Example: The cylindrical, steel tank shown below is under a gage pressure of 1.5 MPa.  Its

inner diameter is 750 mm with a wall thickness of 9 mm.  The seams forming the tank using

butt welds are at an angle of  θ with the longitudinal axis of the tank.  Determine the normal

stress perpendicular to the weld and the shearing stress parallel to the weld for  θ = 60^o.

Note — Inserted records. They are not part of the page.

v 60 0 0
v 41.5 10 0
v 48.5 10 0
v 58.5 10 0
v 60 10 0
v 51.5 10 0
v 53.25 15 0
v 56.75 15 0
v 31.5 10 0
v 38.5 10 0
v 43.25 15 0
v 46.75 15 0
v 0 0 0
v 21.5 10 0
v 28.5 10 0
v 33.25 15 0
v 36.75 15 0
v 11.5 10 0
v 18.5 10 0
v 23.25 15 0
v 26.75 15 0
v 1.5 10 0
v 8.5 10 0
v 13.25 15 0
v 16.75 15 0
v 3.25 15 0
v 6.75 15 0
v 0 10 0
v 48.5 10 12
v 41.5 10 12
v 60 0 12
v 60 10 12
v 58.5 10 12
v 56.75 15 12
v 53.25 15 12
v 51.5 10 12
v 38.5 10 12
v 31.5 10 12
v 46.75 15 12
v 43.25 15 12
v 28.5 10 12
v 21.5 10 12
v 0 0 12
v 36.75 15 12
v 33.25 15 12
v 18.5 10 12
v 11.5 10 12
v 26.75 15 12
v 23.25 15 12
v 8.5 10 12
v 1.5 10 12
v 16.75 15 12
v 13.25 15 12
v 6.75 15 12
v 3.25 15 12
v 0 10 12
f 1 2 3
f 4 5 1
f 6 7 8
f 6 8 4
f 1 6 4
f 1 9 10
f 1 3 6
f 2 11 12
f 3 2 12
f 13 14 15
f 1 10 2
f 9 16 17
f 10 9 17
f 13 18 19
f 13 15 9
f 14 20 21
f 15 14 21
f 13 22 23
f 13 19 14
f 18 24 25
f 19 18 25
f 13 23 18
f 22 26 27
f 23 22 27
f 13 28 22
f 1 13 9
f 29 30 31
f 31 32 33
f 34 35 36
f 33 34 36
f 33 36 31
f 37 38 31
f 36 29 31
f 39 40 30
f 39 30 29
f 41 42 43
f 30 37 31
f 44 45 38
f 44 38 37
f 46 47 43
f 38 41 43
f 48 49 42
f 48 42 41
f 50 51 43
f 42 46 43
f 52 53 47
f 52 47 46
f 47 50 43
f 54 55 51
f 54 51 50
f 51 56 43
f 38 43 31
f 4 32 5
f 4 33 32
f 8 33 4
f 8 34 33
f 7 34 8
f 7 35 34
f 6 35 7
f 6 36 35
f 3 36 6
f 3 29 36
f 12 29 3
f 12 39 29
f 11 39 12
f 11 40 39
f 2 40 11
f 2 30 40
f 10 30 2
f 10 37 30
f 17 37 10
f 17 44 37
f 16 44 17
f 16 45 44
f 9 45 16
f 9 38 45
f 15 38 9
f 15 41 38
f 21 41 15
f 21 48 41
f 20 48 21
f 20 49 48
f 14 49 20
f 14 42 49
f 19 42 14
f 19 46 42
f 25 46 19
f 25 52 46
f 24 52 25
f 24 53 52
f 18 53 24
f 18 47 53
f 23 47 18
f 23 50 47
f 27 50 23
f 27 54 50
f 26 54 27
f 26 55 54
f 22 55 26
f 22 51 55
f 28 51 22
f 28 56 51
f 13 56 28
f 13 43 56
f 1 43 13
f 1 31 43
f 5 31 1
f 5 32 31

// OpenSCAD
$fn = 32;

// ----------------------------------------------------------------------
// Gear rack: 6 teeth, pitch 10 mm
// ----------------------------------------------------------------------

// --- parameters (mm) ---
teeth = 6;                // number of teeth
pitch = 10;               // tooth pitch, X
root_w = 7;               // tooth width at the root
tip_w = 3.5;              // tooth width at the tip
base_h = 10;              // rack body height, Y
tooth_h = 5;              // tooth height above the body
plate_t = 12;             // rack width, Z (extrusion height)

rack_l = teeth * pitch;  // overall length
total_h = base_h + tooth_h;  // overall height

profile = [[0, 0], [60, 0], [60, 10], [58.5, 10], [56.75, 15], [53.25, 15], [51.5, 10], [48.5, 10], [46.75, 15], [43.25, 15], [41.5, 10], [38.5, 10], [36.75, 15], [33.25, 15], [31.5, 10], [28.5, 10], [26.75, 15], [23.25, 15], [21.5, 10], [18.5, 10], [16.75, 15], [13.25, 15], [11.5, 10], [8.5, 10], [6.75, 15], [3.25, 15], [1.5, 10], [0, 10]];  // primary outline, 28 points, counter clockwise

// --- the one profile operation ---
linear_extrude(height = plate_t) polygon(points = profile);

Strategy:  Use the expression  σ_C = pr/t and σ_L = pr/2t to determine the circumferential and

longitudinal, normal components of stress on an element oriented along the cylinder as shown

below.  Then use Mohr’s circle to find the components of stress for an element oriented along

and perpendicular to the weld seam.

σ_C =  pr/t   =  (1.5)(375)/9  =  62.5 MPa

σ_L =  pr/2t  =  (1.5)(375)/(2)(9) = 31.25 MPa

Next construct Mohr’s Circle for this element in plane stress.

Use it to determine the normal and shearing stresses on the face of an element rotated

so that a face of the element aligns with the weld.  Remember that rotation of an element

through an angle  θ  is equivalent to rotation through an angle  2θ on Mohr’s Circle with

both rotations in the same direction.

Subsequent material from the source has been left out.